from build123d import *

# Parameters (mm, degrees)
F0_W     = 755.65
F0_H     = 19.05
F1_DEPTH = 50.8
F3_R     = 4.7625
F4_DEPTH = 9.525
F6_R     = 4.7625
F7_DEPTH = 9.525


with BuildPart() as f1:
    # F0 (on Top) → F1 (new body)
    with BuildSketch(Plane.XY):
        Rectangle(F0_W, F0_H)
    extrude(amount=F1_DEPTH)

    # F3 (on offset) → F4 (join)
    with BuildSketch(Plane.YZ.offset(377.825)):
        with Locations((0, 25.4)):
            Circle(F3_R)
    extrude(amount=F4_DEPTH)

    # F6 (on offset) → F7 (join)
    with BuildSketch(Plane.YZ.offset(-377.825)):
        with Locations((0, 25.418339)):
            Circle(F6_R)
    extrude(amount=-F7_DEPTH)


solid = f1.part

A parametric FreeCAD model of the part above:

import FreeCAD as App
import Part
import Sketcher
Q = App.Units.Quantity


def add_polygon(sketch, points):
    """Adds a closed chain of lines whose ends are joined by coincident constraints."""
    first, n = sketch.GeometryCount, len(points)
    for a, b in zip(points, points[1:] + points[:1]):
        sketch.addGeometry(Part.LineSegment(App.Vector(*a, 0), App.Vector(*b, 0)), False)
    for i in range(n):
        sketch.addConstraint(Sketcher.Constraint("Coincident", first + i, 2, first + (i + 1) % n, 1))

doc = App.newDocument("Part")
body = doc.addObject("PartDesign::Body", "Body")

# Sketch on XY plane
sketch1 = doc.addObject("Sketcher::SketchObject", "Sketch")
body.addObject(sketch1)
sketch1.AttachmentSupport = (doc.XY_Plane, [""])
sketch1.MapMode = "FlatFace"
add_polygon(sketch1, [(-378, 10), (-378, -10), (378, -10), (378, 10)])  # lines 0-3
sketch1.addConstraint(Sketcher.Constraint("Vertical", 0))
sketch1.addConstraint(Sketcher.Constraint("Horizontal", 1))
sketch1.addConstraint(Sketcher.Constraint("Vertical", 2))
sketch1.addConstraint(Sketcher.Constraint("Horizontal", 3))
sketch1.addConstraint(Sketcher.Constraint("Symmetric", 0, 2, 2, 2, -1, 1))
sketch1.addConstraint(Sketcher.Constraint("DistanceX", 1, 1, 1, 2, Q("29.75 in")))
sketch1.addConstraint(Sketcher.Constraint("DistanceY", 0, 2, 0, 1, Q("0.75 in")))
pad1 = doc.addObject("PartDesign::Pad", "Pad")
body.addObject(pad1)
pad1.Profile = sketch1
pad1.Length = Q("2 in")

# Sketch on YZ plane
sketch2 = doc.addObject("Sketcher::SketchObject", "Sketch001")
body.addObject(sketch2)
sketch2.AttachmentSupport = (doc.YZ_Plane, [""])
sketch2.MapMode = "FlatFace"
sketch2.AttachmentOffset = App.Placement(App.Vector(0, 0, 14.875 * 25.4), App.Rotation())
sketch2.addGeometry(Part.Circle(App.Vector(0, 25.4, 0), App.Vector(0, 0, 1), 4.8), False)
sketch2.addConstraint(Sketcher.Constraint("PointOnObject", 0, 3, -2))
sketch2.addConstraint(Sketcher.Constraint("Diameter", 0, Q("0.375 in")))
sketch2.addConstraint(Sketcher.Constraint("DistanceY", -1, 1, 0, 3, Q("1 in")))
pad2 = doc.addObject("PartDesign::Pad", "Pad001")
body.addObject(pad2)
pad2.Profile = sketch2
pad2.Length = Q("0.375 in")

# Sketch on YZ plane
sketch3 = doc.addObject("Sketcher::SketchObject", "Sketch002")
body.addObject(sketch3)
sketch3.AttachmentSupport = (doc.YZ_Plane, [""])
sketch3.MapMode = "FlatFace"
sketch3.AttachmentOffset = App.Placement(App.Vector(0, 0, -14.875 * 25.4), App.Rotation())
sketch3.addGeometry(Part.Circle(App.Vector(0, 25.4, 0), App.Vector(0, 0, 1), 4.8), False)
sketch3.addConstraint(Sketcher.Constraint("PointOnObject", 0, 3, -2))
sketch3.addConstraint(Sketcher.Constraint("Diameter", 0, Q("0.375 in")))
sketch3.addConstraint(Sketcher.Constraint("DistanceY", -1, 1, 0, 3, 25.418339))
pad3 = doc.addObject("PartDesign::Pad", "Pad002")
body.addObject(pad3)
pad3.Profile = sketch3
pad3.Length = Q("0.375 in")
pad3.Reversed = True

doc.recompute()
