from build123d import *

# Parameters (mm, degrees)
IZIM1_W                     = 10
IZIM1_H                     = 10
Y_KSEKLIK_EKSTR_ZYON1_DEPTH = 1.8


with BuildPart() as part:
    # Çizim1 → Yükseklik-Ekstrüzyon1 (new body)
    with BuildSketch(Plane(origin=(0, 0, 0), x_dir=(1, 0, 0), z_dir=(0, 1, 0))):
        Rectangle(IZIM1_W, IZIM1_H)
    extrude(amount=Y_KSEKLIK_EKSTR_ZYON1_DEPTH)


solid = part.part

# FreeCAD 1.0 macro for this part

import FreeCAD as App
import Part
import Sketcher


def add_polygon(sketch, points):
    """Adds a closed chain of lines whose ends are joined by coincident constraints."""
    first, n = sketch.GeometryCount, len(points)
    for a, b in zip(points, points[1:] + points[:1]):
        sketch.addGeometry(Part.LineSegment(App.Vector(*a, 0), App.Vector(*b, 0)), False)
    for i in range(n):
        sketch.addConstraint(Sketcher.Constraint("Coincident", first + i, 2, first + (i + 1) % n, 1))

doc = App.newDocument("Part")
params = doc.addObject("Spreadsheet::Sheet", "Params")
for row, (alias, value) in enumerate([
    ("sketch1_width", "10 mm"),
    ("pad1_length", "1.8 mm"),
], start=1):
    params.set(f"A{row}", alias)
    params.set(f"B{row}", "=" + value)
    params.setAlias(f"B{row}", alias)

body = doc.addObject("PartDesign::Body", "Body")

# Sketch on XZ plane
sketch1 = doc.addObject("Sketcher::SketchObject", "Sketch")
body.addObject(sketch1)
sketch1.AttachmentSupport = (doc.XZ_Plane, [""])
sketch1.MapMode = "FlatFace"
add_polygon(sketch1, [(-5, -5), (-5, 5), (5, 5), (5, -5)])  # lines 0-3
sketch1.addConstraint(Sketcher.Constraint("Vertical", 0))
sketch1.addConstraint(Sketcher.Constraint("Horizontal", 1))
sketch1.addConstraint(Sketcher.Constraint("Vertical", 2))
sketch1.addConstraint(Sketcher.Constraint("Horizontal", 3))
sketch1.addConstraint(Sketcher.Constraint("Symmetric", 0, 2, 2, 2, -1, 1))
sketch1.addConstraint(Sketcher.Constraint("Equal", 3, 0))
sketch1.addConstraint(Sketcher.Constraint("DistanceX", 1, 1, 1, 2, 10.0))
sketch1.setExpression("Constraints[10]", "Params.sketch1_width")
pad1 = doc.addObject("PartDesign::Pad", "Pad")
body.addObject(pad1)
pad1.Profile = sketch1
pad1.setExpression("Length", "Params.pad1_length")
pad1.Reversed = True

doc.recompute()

• _TASK GOAL_: All records are to be written out exactly.

• _TASK ANSWER_:
from build123d import *

# Parameters (mm, degrees)
F0_W     = 755.65
F0_H     = 19.05
F1_DEPTH = 50.8
F3_R     = 4.7625
F4_DEPTH = 9.525
F6_R     = 4.7625
F7_DEPTH = 9.525


with BuildPart() as f1:
    # F0 (on Top) → F1 (new body)
    with BuildSketch(Plane.XY):
        Rectangle(F0_W, F0_H)
    extrude(amount=F1_DEPTH)

    # F3 (on offset) → F4 (join)
    with BuildSketch(Plane.YZ.offset(377.825)):
        with Locations((0, 25.4)):
            Circle(F3_R)
    extrude(amount=F4_DEPTH)

    # F6 (on offset) → F7 (join)
    with BuildSketch(Plane.YZ.offset(-377.825)):
        with Locations((0, 25.418339)):
            Circle(F6_R)
    extrude(amount=-F7_DEPTH)


solid = f1.part

A parametric FreeCAD model of the part above:

import FreeCAD as App
import Part
import Sketcher
Q = App.Units.Quantity


def add_polygon(sketch, points):
    """Adds a closed chain of lines whose ends are joined by coincident constraints."""
    first, n = sketch.GeometryCount, len(points)
    for a, b in zip(points, points[1:] + points[:1]):
        sketch.addGeometry(Part.LineSegment(App.Vector(*a, 0), App.Vector(*b, 0)), False)
    for i in range(n):
        sketch.addConstraint(Sketcher.Constraint("Coincident", first + i, 2, first + (i + 1) % n, 1))

doc = App.newDocument("Part")
body = doc.addObject("PartDesign::Body", "Body")

# Sketch on XY plane
sketch1 = doc.addObject("Sketcher::SketchObject", "Sketch")
body.addObject(sketch1)
sketch1.AttachmentSupport = (doc.XY_Plane, [""])
sketch1.MapMode = "FlatFace"
add_polygon(sketch1, [(-378, 10), (-378, -10), (378, -10), (378, 10)])  # lines 0-3
sketch1.addConstraint(Sketcher.Constraint("Vertical", 0))
sketch1.addConstraint(Sketcher.Constraint("Horizontal", 1))
sketch1.addConstraint(Sketcher.Constraint("Vertical", 2))
sketch1.addConstraint(Sketcher.Constraint("Horizontal", 3))
sketch1.addConstraint(Sketcher.Constraint("Symmetric", 0, 2, 2, 2, -1, 1))
sketch1.addConstraint(Sketcher.Constraint("DistanceX", 1, 1, 1, 2, Q("29.75 in")))
sketch1.addConstraint(Sketcher.Constraint("DistanceY", 0, 2, 0, 1, Q("0.75 in")))
pad1 = doc.addObject("PartDesign::Pad", "Pad")
body.addObject(pad1)
pad1.Profile = sketch1
pad1.Length = Q("2 in")

# Sketch on YZ plane
sketch2 = doc.addObject("Sketcher::SketchObject", "Sketch001")
body.addObject(sketch2)
sketch2.AttachmentSupport = (doc.YZ_Plane, [""])
sketch2.MapMode = "FlatFace"
sketch2.AttachmentOffset = App.Placement(App.Vector(0, 0, 14.875 * 25.4), App.Rotation())
sketch2.addGeometry(Part.Circle(App.Vector(0, 25.4, 0), App.Vector(0, 0, 1), 4.8), False)
sketch2.addConstraint(Sketcher.Constraint("PointOnObject", 0, 3, -2))
sketch2.addConstraint(Sketcher.Constraint("Diameter", 0, Q("0.375 in")))
sketch2.addConstraint(Sketcher.Constraint("DistanceY", -1, 1, 0, 3, Q("1 in")))
pad2 = doc.addObject("PartDesign::Pad", "Pad001")
body.addObject(pad2)
pad2.Profile = sketch2
pad2.Length = Q("0.375 in")

# Sketch on YZ plane
sketch3 = doc.addObject("Sketcher::SketchObject", "Sketch002")
body.addObject(sketch3)
sketch3.AttachmentSupport = (doc.YZ_Plane, [""])
sketch3.MapMode = "FlatFace"
sketch3.AttachmentOffset = App.Placement(App.Vector(0, 0, -14.875 * 25.4), App.Rotation())
sketch3.addGeometry(Part.Circle(App.Vector(0, 25.4, 0), App.Vector(0, 0, 1), 4.8), False)
sketch3.addConstraint(Sketcher.Constraint("PointOnObject", 0, 3, -2))
sketch3.addConstraint(Sketcher.Constraint("Diameter", 0, Q("0.375 in")))
sketch3.addConstraint(Sketcher.Constraint("DistanceY", -1, 1, 0, 3, 25.418339))
pad3 = doc.addObject("PartDesign::Pad", "Pad002")
body.addObject(pad3)
pad3.Profile = sketch3
pad3.Length = Q("0.375 in")
pad3.Reversed = True

doc.recompute()
from build123d import *

# Parameters (mm, degrees)
IZIM1_W                     = 10
IZIM1_H                     = 10
Y_KSEKLIK_EKSTR_ZYON1_DEPTH = 1.8


with BuildPart() as part:
    # Çizim1 → Yükseklik-Ekstrüzyon1 (new body)
    with BuildSketch(Plane(origin=(0, 0, 0), x_dir=(1, 0, 0), z_dir=(0, 1, 0))):
        Rectangle(IZIM1_W, IZIM1_H)
    extrude(amount=Y_KSEKLIK_EKSTR_ZYON1_DEPTH)


solid = part.part

# FreeCAD 1.0 macro for this part

import FreeCAD as App
import Part
import Sketcher


def add_polygon(sketch, points):
    """Adds a closed chain of lines whose ends are joined by coincident constraints."""
    first, n = sketch.GeometryCount, len(points)
    for a, b in zip(points, points[1:] + points[:1]):
        sketch.addGeometry(Part.LineSegment(App.Vector(*a, 0), App.Vector(*b, 0)), False)
    for i in range(n):
        sketch.addConstraint(Sketcher.Constraint("Coincident", first + i, 2, first + (i + 1) % n, 1))

doc = App.newDocument("Part")
params = doc.addObject("Spreadsheet::Sheet", "Params")
for row, (alias, value) in enumerate([
    ("sketch1_width", "10 mm"),
    ("pad1_length", "1.8 mm"),
], start=1):
    params.set(f"A{row}", alias)
    params.set(f"B{row}", "=" + value)
    params.setAlias(f"B{row}", alias)

body = doc.addObject("PartDesign::Body", "Body")

# Sketch on XZ plane
sketch1 = doc.addObject("Sketcher::SketchObject", "Sketch")
body.addObject(sketch1)
sketch1.AttachmentSupport = (doc.XZ_Plane, [""])
sketch1.MapMode = "FlatFace"
add_polygon(sketch1, [(-5, -5), (-5, 5), (5, 5), (5, -5)])  # lines 0-3
sketch1.addConstraint(Sketcher.Constraint("Vertical", 0))
sketch1.addConstraint(Sketcher.Constraint("Horizontal", 1))
sketch1.addConstraint(Sketcher.Constraint("Vertical", 2))
sketch1.addConstraint(Sketcher.Constraint("Horizontal", 3))
sketch1.addConstraint(Sketcher.Constraint("Symmetric", 0, 2, 2, 2, -1, 1))
sketch1.addConstraint(Sketcher.Constraint("Equal", 3, 0))
sketch1.addConstraint(Sketcher.Constraint("DistanceX", 1, 1, 1, 2, 10.0))
sketch1.setExpression("Constraints[10]", "Params.sketch1_width")
pad1 = doc.addObject("PartDesign::Pad", "Pad")
body.addObject(pad1)
pad1.Profile = sketch1
pad1.setExpression("Length", "Params.pad1_length")
pad1.Reversed = True

doc.recompute()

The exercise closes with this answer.